Cocoa prices continue to have trouble sustaining upside momentum as near-term demand concerns remain a front and center issues for the market. There will be critical demand data starting later this week that will provide evidence of cocoa’s demand outlook and if the market can hold above the mid-December lows, cocoa may be in a good position to begin a longer-term recovery move. March cocoa saw initial follow-through from Thursday’s positive reversal, but then it lost strength at midsession before it finished Friday’s trading session with a moderate loss. For the week, March cocoa finished with a loss of 87 points (down 3.3%) which broke a 2-week winning streak.
Coffee had a rough start to the new trading year, but a late-week recovery has lifted prices back to levels seen during their late December consolidation zone. While global demand will remain an area of concern over the next few months, coffee has a positive longer-term supply/demand outlook that can help the market maintain upside momentum this week. March coffee extended its January selloff to a new 4-week low, but then regained upside momentum to finish Friday’s outside-day trading session with a sizable gain and a positive daily reversal. For the week, however, March coffee finished with a loss of 4.55 cents (down 3.5%) which broke a 4-week winning streak and was a negative weekly reversal from last Monday’s 3 1/2 month high.
For Tuesday’s monthly USDA report, US cotton 2020/21 ending stocks are expected to come in at 5.39 million bales versus 5.70 million in the December report. US production is expected to come in at 15.66 million bales (range 15.10-16.00 million) versus 15.95 million in December. US exports are expected to come in at 15.02 million (range of 14.48-15.25 million) versus 15.00 million in December. World ending stocks are estimated to come in at 97.51 million bales (range 97.00-98.00) versus 97.52 in December. World production is expected at 113.80 million versus 113.90 in December. March cotton closed near unchanged on Friday after spending most of the day inside Thursday’s range.
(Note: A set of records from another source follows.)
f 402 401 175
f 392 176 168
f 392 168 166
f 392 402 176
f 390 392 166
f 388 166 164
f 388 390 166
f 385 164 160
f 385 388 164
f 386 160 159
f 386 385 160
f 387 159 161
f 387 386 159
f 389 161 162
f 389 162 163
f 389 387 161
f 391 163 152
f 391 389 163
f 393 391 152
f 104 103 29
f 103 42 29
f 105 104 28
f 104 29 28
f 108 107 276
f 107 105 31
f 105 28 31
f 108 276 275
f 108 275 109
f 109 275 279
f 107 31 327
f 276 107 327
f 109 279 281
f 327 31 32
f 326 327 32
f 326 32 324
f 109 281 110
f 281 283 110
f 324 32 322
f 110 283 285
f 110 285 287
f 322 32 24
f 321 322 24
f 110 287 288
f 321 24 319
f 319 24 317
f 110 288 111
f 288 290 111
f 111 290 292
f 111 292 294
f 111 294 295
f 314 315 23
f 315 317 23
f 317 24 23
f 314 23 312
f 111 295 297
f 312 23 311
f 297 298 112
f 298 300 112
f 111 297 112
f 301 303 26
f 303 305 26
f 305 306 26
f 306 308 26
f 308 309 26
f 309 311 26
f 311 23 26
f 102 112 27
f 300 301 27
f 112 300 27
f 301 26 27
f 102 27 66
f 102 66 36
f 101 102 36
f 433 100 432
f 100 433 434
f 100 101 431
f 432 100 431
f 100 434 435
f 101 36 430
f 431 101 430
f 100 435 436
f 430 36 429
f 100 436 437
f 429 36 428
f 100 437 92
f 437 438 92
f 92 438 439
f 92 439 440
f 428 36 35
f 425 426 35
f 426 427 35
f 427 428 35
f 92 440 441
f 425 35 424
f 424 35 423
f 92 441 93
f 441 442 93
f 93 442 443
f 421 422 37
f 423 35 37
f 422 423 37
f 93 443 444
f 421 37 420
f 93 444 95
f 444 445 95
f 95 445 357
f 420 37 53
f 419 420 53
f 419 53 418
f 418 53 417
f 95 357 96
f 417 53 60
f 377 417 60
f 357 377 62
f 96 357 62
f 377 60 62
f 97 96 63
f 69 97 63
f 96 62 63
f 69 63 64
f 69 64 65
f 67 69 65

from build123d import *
While sugar managed to post a fourth positive weekly result in a row, it finished the week 73 ticks below last Thursday’s multi-year high. Global risk sentiment and energy prices may be moving in its favor, but sugar remains vulnerable to additional long liquidation early this week. March sugar had trouble sustaining upside momentum, but managed to finish Friday’s trading session at unchanged levels. For the week, March sugar finished with a gain of 11 ticks (up 0.7%). A positive tone to global risk sentiment provided sugar with early support as that points towards improving global demand prospects.